国内企業が海外から受け取る特許などの使用料が増えている。財務省が8日公表した5月の経常収支のうち「知的財産権等使用料」は3909億円の黒字で、過去最高の黒字額になった。企業の海外事業の好調を受け、海外子会社から日本の親会社への使用料の支払いが増えた。海外進出で国内からのモノの輸出は伸び悩んでいるが新しいお金の流れも生んでいる。

経常収支は1兆8809億円の黒字で、このうちサービス収支は1037億円と2カ月ぶりの黒字だった。黒字転換の決め手の一つが、サービス収支に含まれる知的財産権等使用料の増加だ。
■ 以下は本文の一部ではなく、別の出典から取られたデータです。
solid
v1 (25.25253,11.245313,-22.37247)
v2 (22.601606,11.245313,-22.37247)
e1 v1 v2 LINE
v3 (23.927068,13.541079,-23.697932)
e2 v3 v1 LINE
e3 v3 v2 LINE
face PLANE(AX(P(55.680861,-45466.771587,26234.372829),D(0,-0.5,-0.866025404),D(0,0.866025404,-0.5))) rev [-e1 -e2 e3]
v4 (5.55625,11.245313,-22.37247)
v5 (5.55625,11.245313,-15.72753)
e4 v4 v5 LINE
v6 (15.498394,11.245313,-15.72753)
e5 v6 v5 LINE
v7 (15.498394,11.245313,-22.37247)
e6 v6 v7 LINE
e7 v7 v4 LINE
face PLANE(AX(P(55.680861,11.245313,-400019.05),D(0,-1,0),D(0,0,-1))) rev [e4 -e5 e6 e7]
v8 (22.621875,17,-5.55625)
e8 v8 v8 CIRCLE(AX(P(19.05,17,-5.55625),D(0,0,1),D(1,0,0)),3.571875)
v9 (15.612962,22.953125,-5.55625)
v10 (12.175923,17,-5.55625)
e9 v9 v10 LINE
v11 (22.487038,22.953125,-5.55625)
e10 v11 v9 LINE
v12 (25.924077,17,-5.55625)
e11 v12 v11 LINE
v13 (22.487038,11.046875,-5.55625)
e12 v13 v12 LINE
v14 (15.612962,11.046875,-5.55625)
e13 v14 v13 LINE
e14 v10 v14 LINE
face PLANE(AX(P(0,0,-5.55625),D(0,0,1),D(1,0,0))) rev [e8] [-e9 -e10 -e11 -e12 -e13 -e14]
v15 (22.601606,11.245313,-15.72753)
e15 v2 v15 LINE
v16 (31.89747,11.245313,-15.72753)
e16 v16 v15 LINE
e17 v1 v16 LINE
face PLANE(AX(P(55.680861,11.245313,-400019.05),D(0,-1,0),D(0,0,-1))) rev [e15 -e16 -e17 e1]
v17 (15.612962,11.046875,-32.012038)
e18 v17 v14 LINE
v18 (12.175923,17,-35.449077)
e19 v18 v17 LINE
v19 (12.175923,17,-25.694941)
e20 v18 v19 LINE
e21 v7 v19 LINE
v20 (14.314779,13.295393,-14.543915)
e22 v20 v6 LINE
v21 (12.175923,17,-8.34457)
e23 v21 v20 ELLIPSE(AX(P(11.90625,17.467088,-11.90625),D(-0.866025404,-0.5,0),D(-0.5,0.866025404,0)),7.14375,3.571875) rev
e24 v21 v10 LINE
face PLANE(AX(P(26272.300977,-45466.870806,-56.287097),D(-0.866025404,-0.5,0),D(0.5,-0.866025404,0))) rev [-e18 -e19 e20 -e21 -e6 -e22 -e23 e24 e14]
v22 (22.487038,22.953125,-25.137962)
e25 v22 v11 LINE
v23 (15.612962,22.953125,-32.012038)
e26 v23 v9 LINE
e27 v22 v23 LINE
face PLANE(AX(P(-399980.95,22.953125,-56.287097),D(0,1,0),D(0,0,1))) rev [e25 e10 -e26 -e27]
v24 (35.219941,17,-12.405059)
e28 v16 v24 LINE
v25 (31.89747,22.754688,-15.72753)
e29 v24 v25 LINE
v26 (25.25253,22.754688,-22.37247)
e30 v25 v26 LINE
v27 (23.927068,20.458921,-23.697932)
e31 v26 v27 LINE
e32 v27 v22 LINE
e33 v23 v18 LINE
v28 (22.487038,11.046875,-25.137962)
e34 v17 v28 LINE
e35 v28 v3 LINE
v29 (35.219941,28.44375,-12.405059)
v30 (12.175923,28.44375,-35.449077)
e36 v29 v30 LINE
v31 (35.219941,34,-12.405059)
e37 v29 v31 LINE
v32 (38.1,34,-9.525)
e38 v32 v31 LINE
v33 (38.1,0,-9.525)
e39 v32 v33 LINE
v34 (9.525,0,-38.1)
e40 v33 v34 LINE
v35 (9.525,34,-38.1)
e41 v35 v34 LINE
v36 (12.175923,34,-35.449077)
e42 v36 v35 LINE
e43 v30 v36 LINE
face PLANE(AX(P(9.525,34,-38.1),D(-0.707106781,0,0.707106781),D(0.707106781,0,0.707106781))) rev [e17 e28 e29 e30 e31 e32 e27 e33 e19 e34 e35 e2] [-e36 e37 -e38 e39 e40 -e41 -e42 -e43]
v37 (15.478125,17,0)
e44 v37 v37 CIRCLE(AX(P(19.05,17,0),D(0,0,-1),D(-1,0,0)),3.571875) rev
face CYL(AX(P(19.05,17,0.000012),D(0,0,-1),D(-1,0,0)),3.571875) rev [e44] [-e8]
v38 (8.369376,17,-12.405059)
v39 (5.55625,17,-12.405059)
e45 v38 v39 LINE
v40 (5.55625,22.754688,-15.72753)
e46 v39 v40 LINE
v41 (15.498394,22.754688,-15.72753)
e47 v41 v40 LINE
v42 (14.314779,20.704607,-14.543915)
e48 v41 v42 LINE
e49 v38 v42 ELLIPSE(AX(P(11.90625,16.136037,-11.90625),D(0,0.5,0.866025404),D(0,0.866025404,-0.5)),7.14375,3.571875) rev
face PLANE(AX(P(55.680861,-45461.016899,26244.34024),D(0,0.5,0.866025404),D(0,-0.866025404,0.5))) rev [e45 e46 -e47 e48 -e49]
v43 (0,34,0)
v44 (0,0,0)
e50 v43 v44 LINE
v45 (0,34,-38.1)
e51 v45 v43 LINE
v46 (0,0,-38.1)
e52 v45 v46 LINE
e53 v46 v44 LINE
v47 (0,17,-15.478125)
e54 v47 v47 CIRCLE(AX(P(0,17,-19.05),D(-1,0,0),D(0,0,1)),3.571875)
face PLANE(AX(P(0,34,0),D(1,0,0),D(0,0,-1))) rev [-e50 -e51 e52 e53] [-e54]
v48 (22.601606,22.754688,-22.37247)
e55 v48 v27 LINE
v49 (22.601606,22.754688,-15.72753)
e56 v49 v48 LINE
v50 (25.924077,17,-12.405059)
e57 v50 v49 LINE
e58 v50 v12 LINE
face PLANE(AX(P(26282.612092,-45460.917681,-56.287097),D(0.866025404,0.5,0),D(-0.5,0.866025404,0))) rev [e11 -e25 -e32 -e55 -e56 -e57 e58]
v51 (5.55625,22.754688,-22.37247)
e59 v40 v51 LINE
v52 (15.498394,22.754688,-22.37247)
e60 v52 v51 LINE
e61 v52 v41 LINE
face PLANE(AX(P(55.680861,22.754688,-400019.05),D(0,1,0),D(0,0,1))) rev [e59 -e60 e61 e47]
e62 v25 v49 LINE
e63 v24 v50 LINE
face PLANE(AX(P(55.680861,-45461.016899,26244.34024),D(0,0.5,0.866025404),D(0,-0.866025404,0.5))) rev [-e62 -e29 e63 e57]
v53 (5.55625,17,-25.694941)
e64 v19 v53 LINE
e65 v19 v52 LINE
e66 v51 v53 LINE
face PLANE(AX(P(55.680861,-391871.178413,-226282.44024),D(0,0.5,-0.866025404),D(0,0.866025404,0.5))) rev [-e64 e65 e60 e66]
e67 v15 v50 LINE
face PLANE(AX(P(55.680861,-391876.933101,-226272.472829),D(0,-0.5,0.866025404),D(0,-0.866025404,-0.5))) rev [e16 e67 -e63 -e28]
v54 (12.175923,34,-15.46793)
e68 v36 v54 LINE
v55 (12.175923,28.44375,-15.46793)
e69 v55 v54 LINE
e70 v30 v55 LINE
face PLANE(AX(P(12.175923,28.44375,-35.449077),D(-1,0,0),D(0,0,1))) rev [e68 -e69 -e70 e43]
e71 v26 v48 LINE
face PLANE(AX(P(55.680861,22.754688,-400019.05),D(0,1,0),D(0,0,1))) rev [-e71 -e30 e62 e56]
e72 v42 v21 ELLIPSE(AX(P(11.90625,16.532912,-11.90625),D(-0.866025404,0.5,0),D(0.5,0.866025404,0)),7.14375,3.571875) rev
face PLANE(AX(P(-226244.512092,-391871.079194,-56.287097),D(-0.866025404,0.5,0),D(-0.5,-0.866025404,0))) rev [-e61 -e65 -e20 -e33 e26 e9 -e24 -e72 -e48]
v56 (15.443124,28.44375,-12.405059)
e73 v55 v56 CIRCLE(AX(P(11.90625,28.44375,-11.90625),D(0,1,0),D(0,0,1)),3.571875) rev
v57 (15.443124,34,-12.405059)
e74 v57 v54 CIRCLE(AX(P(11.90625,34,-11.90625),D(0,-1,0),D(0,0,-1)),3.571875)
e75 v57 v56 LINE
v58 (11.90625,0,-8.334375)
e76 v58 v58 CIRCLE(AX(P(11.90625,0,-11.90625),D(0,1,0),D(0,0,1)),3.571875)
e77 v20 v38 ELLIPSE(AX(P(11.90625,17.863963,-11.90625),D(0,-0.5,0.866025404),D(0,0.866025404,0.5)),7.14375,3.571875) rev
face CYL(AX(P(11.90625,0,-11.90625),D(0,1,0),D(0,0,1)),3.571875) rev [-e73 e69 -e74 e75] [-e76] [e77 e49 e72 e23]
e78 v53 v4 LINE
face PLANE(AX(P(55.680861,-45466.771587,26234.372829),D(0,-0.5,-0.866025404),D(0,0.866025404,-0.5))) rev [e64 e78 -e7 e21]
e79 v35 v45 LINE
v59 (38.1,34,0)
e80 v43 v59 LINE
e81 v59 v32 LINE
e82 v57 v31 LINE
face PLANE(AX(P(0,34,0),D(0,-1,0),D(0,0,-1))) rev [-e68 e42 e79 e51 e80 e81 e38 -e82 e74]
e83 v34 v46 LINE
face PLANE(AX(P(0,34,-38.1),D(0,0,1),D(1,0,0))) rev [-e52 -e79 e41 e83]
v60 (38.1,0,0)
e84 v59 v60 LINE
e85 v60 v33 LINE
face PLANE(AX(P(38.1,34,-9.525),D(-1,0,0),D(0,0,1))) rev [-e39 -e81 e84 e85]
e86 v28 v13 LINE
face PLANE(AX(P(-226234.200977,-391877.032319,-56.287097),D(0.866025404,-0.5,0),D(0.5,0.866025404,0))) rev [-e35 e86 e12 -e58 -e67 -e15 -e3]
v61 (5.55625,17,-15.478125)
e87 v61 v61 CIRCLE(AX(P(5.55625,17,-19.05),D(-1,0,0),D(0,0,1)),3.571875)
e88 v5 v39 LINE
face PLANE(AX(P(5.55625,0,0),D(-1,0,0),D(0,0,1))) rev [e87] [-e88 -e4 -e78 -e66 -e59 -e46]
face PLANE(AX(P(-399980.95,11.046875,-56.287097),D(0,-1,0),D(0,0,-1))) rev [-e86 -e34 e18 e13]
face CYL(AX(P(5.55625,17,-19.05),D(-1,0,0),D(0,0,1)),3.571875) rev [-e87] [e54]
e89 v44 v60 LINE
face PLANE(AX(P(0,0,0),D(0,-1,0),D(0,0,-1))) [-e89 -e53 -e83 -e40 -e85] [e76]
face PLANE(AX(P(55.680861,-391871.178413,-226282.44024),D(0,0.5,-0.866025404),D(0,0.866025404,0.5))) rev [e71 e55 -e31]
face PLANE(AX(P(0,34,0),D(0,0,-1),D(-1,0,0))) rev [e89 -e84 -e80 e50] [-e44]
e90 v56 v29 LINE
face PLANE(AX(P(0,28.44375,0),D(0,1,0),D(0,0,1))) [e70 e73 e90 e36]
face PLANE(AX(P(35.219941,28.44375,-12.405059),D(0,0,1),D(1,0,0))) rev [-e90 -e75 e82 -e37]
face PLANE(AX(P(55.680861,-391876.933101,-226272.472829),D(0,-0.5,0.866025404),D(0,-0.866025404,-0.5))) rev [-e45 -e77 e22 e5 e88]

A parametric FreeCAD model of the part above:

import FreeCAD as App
import Part
import Sketcher
from FreeCAD import Vector
Q = App.Units.Quantity


def add_polygon(sketch, points):
    """Adds a closed chain of lines whose ends are joined by coincident constraints."""
    first, n = sketch.GeometryCount, len(points)
    for a, b in zip(points, points[1:] + points[:1]):
        sketch.addGeometry(Part.LineSegment(App.Vector(*a, 0), App.Vector(*b, 0)), False)
    for i in range(n):
        sketch.addConstraint(Sketcher.Constraint("Coincident", first + i, 2, first + (i + 1) % n, 1))

doc = App.newDocument("Part")
body = doc.addObject("PartDesign::Body", "Body")

# Sketch on XZ plane
sketch1 = body.newObject("Sketcher::SketchObject", "Sketch")
sketch1.AttachmentSupport = (doc.getObject("XZ_Plane"), [""])
sketch1.MapMode = "FlatFace"
add_polygon(sketch1, [(0, 0), (38, 0), (38, -10), (10, -38), (0, -38)])  # lines 0-4
sketch1.addConstraint(Sketcher.Constraint("Horizontal", 0))
sketch1.addConstraint(Sketcher.Constraint("Vertical", 1))
sketch1.addConstraint(Sketcher.Constraint("Horizontal", 3))
sketch1.addConstraint(Sketcher.Constraint("Vertical", 4))
sketch1.addConstraint(Sketcher.Constraint("Coincident", 4, 2, -1, 1))
sketch1.addConstraint(Sketcher.Constraint("Equal", 3, 1))
sketch1.addConstraint(Sketcher.Constraint("Equal", 0, 4))
sketch1.addConstraint(Sketcher.Constraint("DistanceX", 0, 1, 0, 2, Q("1.5 in")))
sketch1.addConstraint(Sketcher.Constraint("DistanceX", 3, 2, 3, 1, Q("0.375 in")))
pad1 = body.newObject("PartDesign::Pad", "Pad")
pad1.Profile = sketch1
pad1.Length = 34
pad1.Reversed = True

# Sketch on XY plane
sketch2 = body.newObject("Sketcher::SketchObject", "Sketch001")
sketch2.AttachmentSupport = (doc.getObject("XY_Plane"), [""])
sketch2.MapMode = "FlatFace"
sketch2.addGeometry(Part.Circle(Vector(19.1, 17, 0), Vector(0, 0, 1), 3.6), False)
sketch2.addConstraint(Sketcher.Constraint("Diameter", 0, Q("0.28125 in")))
sketch2.addConstraint(Sketcher.Constraint("DistanceX", -1, 1, 0, 3, Q("0.75 in")))
sketch2.addConstraint(Sketcher.Constraint("DistanceY", -1, 1, 0, 3, Q("17 mm")))
pocket1 = body.newObject("PartDesign::Pocket", "Pocket")
pocket1.Profile = sketch2
pocket1.Type = "TwoLengths"
pocket1.Length = 1
pocket1.Length2 = Q("0.21875 in")
pocket1.Reversed = True

# Sketch on YZ plane
sketch3 = body.newObject("Sketcher::SketchObject", "Sketch002")
sketch3.AttachmentSupport = (doc.getObject("YZ_Plane"), [""])
sketch3.MapMode = "FlatFace"
sketch3.addGeometry(Part.Circle(Vector(17, -19.1, 0), Vector(0, 0, 1), 3.6), False)
sketch3.addConstraint(Sketcher.Constraint("Diameter", 0, Q("0.28125 in")))
sketch3.addConstraint(Sketcher.Constraint("DistanceY", 0, 3, -1, 1, Q("0.75 in")))
sketch3.addConstraint(Sketcher.Constraint("DistanceX", -1, 1, 0, 3, Q("17 mm")))
pocket2 = body.newObject("PartDesign::Pocket", "Pocket001")
pocket2.Profile = sketch3
pocket2.Length = Q("0.21875 in")
pocket2.Reversed = True

# Sketch on XZ plane
sketch4 = body.newObject("Sketcher::SketchObject", "Sketch003")
sketch4.AttachmentSupport = (doc.getObject("XZ_Plane"), [""])
sketch4.MapMode = "FlatFace"
sketch4.AttachmentOffset = App.Placement(Vector(0, 0, -34), App.Rotation())
sketch4.addGeometry(Part.Circle(Vector(11.9, -11.9, 0), Vector(0, 0, 1), 3.6), False)
sketch4.addConstraint(Sketcher.Constraint("Diameter", 0, Q("0.28125 in")))
sketch4.addConstraint(Sketcher.Constraint("DistanceX", -1, 1, 0, 3, Q("0.46875 in")))
sketch4.addConstraint(Sketcher.Constraint("DistanceY", 0, 3, -1, 1, Q("0.46875 in")))
pocket3 = body.newObject("PartDesign::Pocket", "Pocket002")
pocket3.Profile = sketch4
pocket3.Type = "ThroughAll"
pocket3.Midplane = True

# Sketch on YZ plane
sketch5 = body.newObject("Sketcher::SketchObject", "Sketch004")
sketch5.AttachmentSupport = (doc.getObject("YZ_Plane"), [""])
sketch5.MapMode = "FlatFace"
sketch5.AttachmentOffset = App.Placement(Vector(0, 0, 0.21875 * 25.4), App.Rotation())
add_polygon(sketch5, [(23, -22), (17, -26), (11, -22), (11, -16), (17, -12), (23, -16)])  # lines 0-5
sketch5.addConstraint(Sketcher.Constraint("Vertical", 2))
sketch5.addConstraint(Sketcher.Constraint("Vertical", 5))
sketch5.addConstraint(Sketcher.Constraint("Parallel", 0, 3))
sketch5.addConstraint(Sketcher.Constraint("Parallel", 1, 4))
sketch5.addConstraint(Sketcher.Constraint("Horizontal", 2, 2, 4, 2))
sketch5.addConstraint(Sketcher.Constraint("Horizontal", 1, 2, 5, 2))
sketch5.addConstraint(Sketcher.Constraint("Vertical", 0, 2, 3, 2))
sketch5.addConstraint(Sketcher.Constraint("Angle", 0, Q("-150 deg")))
sketch5.addConstraint(Sketcher.Constraint("DistanceX", 2, 2, 4, 2, Q("0.453125 in")))
sketch5.addConstraint(Sketcher.Constraint("DistanceY", 2, 1, 2, 2, Q("6.644941 mm")))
知的財産権等使用料は特許権や著作権の使用料について、日本側が海外から受け取った金額から海外に支払った金額を差し引いたものだ。5月は前年同月比39%増え、これまでの最高だった2012年3月の3270億円を超えた。

背景にあるのが企業の海外展開の加速だ。国内メーカーが海外に進出したり他社を買収したりして子会社を設けると、子会社は親会社の特許などを使って商品をつくるため、親会社に使用料を支払う必要がある。

M&A(合併・買収)助言のレコフによると14年度の日本企業による海外企業のM&Aは5年連続で増えた。親子会社間での使用料のやりとりも増えており、財務省は「自動車や医薬品産業で目立つ」と指摘する。

経常収支のうち、第1次所得収支も企業の海外進出を受けて増えている。海外子会社からの配当の受け取りなどが増え、5月は2兆130億円と前年同月から38%増えた。5月としては過去最大になった。

貿易収支は輸出の伸び悩みで473億円の赤字だった。円安でも輸出がなかなか伸びない要因として、メーカーの海外生産の進展を指摘する声は多い。特許などの使用料と所得収支の伸びが11カ月続く経常黒字の原動力にもなっている。